Thu, Aug 15, 2013 - Page 3 News List

Alliance looks to recall ‘bad’ legislators

‘ENEMIES’:Letters will be sent to lawmakers, who will be asked to state their position on several controversial issues, before the alliance makes its recall recommendations

By Chris Wang  /  Staff reporter

A citizens alliance said yesterday that it is launching a recall campaign against incompetent legislators because President Ma Ying-jeou’s (馬英九) poor governance has reached a level that demands decisive action against lawmakers who place their personal and party interests above everything else.

“We are launching the campaign because recalling Ma would be much more difficult due to the high threshold. Secondly, Taiwanese have never before exercised their constitutional right of recall,” award-winning screenwriter and author Neil Peng (馮光遠), one of the founders of the newly established Constitution 133 Alliance (憲法133實踐聯盟), told a press conference.

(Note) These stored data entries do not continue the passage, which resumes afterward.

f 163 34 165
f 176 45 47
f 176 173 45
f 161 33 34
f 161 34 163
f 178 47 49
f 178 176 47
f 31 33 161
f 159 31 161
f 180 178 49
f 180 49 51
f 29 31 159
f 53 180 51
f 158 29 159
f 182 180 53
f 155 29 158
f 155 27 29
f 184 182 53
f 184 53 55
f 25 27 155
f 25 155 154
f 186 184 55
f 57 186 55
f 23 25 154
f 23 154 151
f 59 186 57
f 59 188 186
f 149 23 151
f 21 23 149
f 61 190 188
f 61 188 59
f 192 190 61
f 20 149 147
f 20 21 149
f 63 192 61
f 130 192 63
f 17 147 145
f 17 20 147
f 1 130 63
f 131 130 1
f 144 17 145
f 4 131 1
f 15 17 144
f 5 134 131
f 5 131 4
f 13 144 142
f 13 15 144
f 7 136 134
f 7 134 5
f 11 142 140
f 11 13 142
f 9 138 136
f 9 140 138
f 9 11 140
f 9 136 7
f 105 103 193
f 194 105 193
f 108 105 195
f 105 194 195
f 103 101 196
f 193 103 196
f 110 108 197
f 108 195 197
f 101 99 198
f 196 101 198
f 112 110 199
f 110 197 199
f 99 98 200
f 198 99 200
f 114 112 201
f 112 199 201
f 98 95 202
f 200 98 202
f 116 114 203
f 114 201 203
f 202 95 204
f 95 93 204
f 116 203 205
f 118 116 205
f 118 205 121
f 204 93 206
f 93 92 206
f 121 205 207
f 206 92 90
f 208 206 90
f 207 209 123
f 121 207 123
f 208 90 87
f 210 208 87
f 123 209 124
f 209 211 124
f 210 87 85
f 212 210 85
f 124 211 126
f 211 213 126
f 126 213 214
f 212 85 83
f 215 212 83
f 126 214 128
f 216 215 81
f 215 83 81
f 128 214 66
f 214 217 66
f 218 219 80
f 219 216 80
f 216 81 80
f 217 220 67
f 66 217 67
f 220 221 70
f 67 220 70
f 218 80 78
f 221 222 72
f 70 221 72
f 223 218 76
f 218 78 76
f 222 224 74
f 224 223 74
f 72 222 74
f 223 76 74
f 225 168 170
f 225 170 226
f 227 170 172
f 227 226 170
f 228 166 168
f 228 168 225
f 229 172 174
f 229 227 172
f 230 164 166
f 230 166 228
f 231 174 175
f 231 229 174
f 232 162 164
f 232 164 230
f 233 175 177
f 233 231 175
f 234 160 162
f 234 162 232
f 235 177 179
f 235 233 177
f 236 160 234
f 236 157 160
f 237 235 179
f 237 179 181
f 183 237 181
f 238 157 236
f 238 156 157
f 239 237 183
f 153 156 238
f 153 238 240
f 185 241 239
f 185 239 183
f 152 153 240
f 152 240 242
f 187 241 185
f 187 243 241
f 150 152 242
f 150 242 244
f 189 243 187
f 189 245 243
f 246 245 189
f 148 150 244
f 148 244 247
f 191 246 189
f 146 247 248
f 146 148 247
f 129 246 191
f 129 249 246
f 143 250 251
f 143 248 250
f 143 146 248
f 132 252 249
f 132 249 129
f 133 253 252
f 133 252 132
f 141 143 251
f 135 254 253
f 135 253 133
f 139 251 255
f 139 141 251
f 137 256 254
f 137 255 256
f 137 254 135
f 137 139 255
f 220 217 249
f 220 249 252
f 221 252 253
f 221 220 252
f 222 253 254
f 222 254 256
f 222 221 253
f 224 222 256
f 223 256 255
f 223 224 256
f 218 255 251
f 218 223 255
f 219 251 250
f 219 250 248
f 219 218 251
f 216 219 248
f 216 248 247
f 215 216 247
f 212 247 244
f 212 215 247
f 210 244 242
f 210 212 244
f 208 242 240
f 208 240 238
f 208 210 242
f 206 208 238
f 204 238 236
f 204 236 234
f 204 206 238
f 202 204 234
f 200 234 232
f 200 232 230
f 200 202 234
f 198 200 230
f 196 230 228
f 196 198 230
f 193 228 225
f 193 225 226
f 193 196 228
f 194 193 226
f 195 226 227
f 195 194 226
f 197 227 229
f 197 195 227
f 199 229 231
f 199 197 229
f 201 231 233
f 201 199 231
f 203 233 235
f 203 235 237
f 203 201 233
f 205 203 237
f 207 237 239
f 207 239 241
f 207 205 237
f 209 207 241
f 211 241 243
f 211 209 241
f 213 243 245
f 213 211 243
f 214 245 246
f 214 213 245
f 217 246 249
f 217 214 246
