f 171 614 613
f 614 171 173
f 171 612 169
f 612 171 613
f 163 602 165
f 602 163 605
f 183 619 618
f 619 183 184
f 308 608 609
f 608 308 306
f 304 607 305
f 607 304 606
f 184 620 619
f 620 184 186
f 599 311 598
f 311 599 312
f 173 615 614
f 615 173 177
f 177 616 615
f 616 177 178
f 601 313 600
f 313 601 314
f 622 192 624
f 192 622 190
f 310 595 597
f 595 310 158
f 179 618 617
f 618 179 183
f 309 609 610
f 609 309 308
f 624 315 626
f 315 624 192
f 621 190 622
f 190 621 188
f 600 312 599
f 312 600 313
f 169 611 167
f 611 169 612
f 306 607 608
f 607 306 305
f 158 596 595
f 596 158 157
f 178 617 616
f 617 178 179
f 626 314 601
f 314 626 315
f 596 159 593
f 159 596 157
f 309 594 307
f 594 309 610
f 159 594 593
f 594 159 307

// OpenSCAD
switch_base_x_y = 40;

Article 133 of the Constitution states that “a person elected may be recalled by his constituency.”

The alliance said it is not targeting specific lawmakers or political parties, but would primarily focus on recalling those lawmakers who ignored their mandate and aligned themselves with Ma and the Chinese Nationalist Party (KMT), adding that it would also recall any Democratic Progressive Party (DPP) lawmaker deemed incompetent.

The press conference yesterday drew the public’s attention because of the number of celebrities among the alliance’s founders, including film director Ko I-chen (柯一正), political commentator Nan Fang Shuo (南方朔), environmentalist Robin Winkler, Hakka folk singer Lin Sheng-xiang (林生祥) and retired National Tsing Hua University professor Peng Ming-hui (彭明輝).

Positioned as a civil movement, the campaign will try to garner public support largely through Internet-based promotions and mobilizations, but it does not rule out collaborating with political parties, Peng said.

Letters of commitment will be sent to lawmakers, who will be asked to state their position on several major controversial issues, such as nuclear energy and the cross-strait service trade agreement, before the alliance makes its recall recommendations based on their replies.

“Legislators are supposed to be the representatives of the people, but some of them have turned their back on the people and have become the enemy of the people. That is why we want to take the matter into our own hands,” Ko said.

Recalling a legislator requires a minimum of 2 percent of the total electorate in the legislator’s electoral district to propose the recall bid for it to be legitimate. If the proposal is accepted, it must then be jointly petitioned by no less than 13 percent of the total electors. The motion then must receive votes from more than half of the total electorate, more than 50 percent of which have to support the recall if the motion is to pass.

However, the process would be much more important than the results and it would “set an unprecedented example for Taiwan’s democracy,” Winkler said.

Peng said the campaign against the lawmakers was “actually a reflection of the people’s disappointment with the Ma administration’s governance and its violations of human rights.”

Controversies and chaos in Taiwanese society today can be traced back to government officials’ being brainwashed by neoliberalism and their belief that sacrificing the benefits of the few would bring greater good to the majority, he said.

“Unfortunately, that was not the case in Taiwan. What the government did in Miaoli County’s Dapu Borough (大埔) and with the cross-strait service trade agreement has sacrificed the rights of half of the people and benefited only ‘1 percent,’” Peng said.